How to complete this task: In the listing that follows, locate the line containing "e5 v5 v6 CIRCLE(AX(P(44.25,3,-32),D(0,1,0),D(0,0,1)),3)" and the line containing "e14 v14 v11 LINE". Retype exactly those two lines and every line between them, and nothing more.

Data:
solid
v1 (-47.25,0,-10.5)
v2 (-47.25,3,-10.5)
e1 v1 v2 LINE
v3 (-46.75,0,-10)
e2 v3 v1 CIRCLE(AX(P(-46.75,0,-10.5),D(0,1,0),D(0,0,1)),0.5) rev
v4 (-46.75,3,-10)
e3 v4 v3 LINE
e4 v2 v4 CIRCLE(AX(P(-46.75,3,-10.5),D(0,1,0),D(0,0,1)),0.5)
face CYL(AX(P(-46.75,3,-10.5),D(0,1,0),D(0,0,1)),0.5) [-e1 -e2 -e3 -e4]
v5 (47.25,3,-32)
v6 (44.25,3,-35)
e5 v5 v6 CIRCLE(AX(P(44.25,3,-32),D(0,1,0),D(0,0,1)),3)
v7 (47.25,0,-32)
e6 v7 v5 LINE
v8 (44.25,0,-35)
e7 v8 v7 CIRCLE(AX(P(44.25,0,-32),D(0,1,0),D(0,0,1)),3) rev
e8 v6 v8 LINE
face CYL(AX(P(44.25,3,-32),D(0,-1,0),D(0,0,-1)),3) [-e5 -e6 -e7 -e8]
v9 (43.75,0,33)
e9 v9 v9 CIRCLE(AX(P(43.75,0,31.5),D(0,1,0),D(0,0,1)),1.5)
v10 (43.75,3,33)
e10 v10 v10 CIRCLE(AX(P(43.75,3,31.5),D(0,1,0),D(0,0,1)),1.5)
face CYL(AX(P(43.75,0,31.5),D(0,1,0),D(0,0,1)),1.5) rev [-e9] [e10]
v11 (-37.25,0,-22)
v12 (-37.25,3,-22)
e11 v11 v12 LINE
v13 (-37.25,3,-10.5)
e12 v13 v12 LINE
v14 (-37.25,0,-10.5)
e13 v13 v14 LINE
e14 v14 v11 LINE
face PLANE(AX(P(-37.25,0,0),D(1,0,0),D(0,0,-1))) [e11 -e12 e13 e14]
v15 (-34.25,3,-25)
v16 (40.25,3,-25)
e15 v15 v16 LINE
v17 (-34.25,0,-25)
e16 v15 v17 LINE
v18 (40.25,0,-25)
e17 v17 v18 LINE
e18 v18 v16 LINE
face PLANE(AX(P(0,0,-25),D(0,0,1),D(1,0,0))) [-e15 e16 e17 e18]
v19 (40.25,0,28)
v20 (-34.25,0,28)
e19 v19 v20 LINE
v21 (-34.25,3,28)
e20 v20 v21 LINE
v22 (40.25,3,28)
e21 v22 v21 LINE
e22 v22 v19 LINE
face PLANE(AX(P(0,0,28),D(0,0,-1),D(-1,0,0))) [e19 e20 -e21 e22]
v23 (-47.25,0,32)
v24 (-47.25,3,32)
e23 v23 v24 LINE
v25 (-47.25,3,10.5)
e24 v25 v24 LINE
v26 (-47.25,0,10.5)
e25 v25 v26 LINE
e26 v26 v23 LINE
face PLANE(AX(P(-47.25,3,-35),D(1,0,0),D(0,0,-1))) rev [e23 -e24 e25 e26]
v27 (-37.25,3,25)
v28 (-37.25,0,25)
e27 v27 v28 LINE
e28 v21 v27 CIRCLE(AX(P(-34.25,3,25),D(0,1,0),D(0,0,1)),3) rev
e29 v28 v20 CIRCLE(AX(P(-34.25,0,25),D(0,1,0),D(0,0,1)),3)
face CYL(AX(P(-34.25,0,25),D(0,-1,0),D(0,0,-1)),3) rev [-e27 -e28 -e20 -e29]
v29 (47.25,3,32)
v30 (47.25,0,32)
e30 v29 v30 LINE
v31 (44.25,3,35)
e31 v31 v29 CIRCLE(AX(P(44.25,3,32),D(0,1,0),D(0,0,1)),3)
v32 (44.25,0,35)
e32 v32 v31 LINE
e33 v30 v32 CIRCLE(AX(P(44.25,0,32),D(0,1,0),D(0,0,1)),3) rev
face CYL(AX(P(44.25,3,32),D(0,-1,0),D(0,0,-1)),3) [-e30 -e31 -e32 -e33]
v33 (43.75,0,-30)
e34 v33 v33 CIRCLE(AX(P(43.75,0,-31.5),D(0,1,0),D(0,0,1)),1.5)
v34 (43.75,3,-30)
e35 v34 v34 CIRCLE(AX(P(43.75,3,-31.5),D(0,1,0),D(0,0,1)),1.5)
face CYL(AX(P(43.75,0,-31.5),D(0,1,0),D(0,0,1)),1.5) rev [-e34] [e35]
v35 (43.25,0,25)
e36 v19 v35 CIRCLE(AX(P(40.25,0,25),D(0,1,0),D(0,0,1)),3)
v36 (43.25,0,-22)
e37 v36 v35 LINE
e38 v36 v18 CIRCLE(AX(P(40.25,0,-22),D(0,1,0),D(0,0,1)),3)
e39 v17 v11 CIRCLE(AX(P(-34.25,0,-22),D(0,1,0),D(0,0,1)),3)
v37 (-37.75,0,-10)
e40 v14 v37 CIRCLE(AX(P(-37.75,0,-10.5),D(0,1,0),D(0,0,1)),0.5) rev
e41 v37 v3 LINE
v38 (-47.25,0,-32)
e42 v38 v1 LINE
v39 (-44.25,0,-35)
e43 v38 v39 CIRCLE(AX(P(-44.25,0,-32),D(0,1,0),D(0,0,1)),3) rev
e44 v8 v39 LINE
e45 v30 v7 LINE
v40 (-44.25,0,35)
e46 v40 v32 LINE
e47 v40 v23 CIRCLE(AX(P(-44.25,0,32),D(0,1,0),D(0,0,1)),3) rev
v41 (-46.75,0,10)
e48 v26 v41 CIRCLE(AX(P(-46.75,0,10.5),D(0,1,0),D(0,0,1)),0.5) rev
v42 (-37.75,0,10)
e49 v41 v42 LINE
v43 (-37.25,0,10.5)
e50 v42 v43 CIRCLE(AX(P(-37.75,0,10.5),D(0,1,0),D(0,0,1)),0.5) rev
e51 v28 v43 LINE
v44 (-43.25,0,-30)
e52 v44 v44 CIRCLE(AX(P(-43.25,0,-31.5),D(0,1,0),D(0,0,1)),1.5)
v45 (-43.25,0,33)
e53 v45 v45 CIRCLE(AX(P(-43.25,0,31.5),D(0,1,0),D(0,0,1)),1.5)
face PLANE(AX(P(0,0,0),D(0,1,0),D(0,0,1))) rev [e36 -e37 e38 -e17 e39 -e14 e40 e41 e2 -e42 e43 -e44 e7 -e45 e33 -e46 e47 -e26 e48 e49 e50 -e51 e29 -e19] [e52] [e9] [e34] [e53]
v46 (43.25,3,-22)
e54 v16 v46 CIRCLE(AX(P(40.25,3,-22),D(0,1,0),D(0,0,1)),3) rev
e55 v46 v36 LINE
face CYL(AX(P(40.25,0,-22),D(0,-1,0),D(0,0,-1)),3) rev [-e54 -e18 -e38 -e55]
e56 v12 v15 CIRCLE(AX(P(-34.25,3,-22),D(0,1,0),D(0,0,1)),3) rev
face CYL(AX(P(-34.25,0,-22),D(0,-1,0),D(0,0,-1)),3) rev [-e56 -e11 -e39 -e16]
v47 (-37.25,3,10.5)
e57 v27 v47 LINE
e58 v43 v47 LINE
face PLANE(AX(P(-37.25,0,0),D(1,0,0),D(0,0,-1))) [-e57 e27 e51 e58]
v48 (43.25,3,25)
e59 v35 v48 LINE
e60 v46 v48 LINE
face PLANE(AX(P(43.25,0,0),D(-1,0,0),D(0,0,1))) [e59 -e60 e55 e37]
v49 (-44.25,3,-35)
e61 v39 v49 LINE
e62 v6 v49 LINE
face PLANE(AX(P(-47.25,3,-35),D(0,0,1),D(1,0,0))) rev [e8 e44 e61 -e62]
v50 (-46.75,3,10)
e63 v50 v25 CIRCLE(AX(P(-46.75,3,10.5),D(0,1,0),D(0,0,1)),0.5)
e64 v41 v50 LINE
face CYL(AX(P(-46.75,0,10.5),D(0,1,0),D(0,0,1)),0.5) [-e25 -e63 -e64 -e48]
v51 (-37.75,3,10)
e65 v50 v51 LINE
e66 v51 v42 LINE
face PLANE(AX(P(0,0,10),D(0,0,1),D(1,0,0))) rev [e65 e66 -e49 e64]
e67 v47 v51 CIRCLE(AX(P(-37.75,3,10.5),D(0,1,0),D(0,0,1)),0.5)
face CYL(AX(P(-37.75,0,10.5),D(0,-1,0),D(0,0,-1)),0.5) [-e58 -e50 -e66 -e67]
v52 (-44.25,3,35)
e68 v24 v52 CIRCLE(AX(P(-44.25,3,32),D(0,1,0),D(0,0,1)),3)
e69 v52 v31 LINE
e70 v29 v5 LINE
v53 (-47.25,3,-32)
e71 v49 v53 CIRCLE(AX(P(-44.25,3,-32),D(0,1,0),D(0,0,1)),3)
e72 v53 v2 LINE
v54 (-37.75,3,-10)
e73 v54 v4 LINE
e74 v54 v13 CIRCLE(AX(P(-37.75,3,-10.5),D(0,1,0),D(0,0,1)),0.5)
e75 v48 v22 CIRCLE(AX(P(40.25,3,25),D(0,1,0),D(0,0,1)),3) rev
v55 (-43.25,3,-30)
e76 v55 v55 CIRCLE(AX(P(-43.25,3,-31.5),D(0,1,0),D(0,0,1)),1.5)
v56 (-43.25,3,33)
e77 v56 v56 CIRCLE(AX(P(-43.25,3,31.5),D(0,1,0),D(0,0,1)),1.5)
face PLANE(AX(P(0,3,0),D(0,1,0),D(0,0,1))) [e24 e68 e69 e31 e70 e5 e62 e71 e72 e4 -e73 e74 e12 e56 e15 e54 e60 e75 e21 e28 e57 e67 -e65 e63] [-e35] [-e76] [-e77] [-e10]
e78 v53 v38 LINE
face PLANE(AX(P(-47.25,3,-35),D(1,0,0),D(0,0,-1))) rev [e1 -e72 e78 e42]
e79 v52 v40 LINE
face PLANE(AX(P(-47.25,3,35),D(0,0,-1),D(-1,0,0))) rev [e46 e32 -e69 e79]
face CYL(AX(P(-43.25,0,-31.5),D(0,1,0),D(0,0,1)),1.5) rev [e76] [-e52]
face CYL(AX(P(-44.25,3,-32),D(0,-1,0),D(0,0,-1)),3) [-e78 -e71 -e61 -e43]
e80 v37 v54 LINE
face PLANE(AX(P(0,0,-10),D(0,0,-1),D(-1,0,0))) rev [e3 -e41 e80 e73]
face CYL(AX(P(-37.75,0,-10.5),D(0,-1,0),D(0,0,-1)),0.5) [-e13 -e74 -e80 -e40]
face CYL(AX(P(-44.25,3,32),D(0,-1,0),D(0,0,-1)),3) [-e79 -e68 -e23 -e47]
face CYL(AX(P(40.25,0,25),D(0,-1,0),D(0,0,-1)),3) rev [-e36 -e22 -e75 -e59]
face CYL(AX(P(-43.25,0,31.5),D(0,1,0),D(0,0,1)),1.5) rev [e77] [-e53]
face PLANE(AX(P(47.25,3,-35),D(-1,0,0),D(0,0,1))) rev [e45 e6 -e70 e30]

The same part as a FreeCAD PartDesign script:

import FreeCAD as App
import Part
import Sketcher
from FreeCAD import Vector
Q = App.Units.Quantity


def edges_at(feature, points):
    """Names of the edges that pass closest to the given points."""
    edges = feature.Shape.Edges
    near = lambda p: min(range(len(edges)), key=lambda i: edges[i].distToShape(Part.Vertex(*p))[0])
    return sorted({f"Edge{near(p) + 1}" for p in points})

doc = App.newDocument("Part")
body = doc.addObject("PartDesign::Body", "Body")

# Sketch on XZ plane
sketch1 = body.newObject("Sketcher::SketchObject", "Sketch")
sketch1.AttachmentSupport = (doc.getObject("XZ_Plane"), [""])
sketch1.MapMode = "FlatFace"
sketch1.addGeometry(Part.LineSegment(Vector(-47, -35, 0), Vector(-47, 35, 0)), False)
sketch1.addGeometry(Part.LineSegment(Vector(-47, 35, 0), Vector(47, 35, 0)), False)
sketch1.addGeometry(Part.LineSegment(Vector(47, 35, 0), Vector(47, -35, 0)), False)
sketch1.addGeometry(Part.LineSegment(Vector(47, -35, 0), Vector(-47, -35, 0)), False)
sketch1.addConstraint(Sketcher.Constraint("Coincident", 0, 2, 1, 1))
sketch1.addConstraint(Sketcher.Constraint("Coincident", 1, 2, 2, 1))
sketch1.addConstraint(Sketcher.Constraint("Coincident", 2, 2, 3, 1))
sketch1.addConstraint(Sketcher.Constraint("Coincident", 3, 2, 0, 1))
sketch1.addConstraint(Sketcher.Constraint("Vertical", 0))
sketch1.addConstraint(Sketcher.Constraint("Horizontal", 1))
sketch1.addConstraint(Sketcher.Constraint("Vertical", 2))
sketch1.addConstraint(Sketcher.Constraint("Horizontal", 3))
sketch1.addConstraint(Sketcher.Constraint("Symmetric", 0, 2, 2, 2, -1, 1))
sketch1.addConstraint(Sketcher.Constraint("DistanceY", 0, 1, 0, 2, Q("70 mm")))
sketch1.addConstraint(Sketcher.Constraint("DistanceX", 1, 1, 1, 2, Q("94.5 mm")))
pad1 = body.newObject("PartDesign::Pad", "Pad")
pad1.Profile = sketch1
pad1.Length = 3
pad1.Reversed = True

# Sketch on XZ plane
sketch2 = body.newObject("Sketcher::SketchObject", "Sketch001")
sketch2.AttachmentSupport = (doc.getObject("XZ_Plane"), [""])
sketch2.MapMode = "FlatFace"
sketch2.AttachmentOffset = App.Placement(Vector(0, 0, -3), App.Rotation())
sketch2.addGeometry(Part.Circle(Vector(43.8, -31.5, 0), Vector(0, 0, 1), 1.5), False)
sketch2.addGeometry(Part.Circle(Vector(-43.2, -31.5, 0), Vector(0, 0, 1), 1.5), False)
sketch2.addGeometry(Part.Circle(Vector(-43.2, 31.5, 0), Vector(0, 0, 1), 1.5), False)
sketch2.addGeometry(Part.Circle(Vector(43.8, 31.5, 0), Vector(0, 0, 1), 1.5), False)
sketch2.addConstraint(Sketcher.Constraint("Equal", 0, 1))
sketch2.addConstraint(Sketcher.Constraint("Equal", 1, 2))
sketch2.addConstraint(Sketcher.Constraint("Equal", 2, 3))
sketch2.addConstraint(Sketcher.Constraint("Symmetric", 1, 3, 2, 3, -1))
sketch2.addConstraint(Sketcher.Constraint("Symmetric", 0, 3, 3, 3, -1))
sketch2.addConstraint(Sketcher.Constraint("Horizontal", 0, 3, 1, 3))
sketch2.addConstraint(Sketcher.Constraint("Diameter", 0, Q("3 mm")))
sketch2.addConstraint(Sketcher.Constraint("DistanceX", 1, 3, 0, 3, Q("87 mm")))
sketch2.addConstraint(Sketcher.Constraint("DistanceY", 1, 3, 2, 3, Q("63 mm")))
sketch2.addConstraint(Sketcher.Constraint("DistanceX", -1, 1, 0, 3, Q("43.75 mm")))
pocket1 = body.newObject("PartDesign::Pocket", "Pocket")
pocket1.Profile = sketch2
pocket1.Type = "ThroughAll"
pocket1.Reversed = True
doc.recompute()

The completed task:
e5 v5 v6 CIRCLE(AX(P(44.25,3,-32),D(0,1,0),D(0,0,1)),3)
v7 (47.25,0,-32)
e6 v7 v5 LINE
v8 (44.25,0,-35)
e7 v8 v7 CIRCLE(AX(P(44.25,0,-32),D(0,1,0),D(0,0,1)),3) rev
e8 v6 v8 LINE
face CYL(AX(P(44.25,3,-32),D(0,-1,0),D(0,0,-1)),3) [-e5 -e6 -e7 -e8]
v9 (43.75,0,33)
e9 v9 v9 CIRCLE(AX(P(43.75,0,31.5),D(0,1,0),D(0,0,1)),1.5)
v10 (43.75,3,33)
e10 v10 v10 CIRCLE(AX(P(43.75,3,31.5),D(0,1,0),D(0,0,1)),1.5)
face CYL(AX(P(43.75,0,31.5),D(0,1,0),D(0,0,1)),1.5) rev [-e9] [e10]
v11 (-37.25,0,-22)
v12 (-37.25,3,-22)
e11 v11 v12 LINE
v13 (-37.25,3,-10.5)
e12 v13 v12 LINE
v14 (-37.25,0,-10.5)
e13 v13 v14 LINE
e14 v14 v11 LINE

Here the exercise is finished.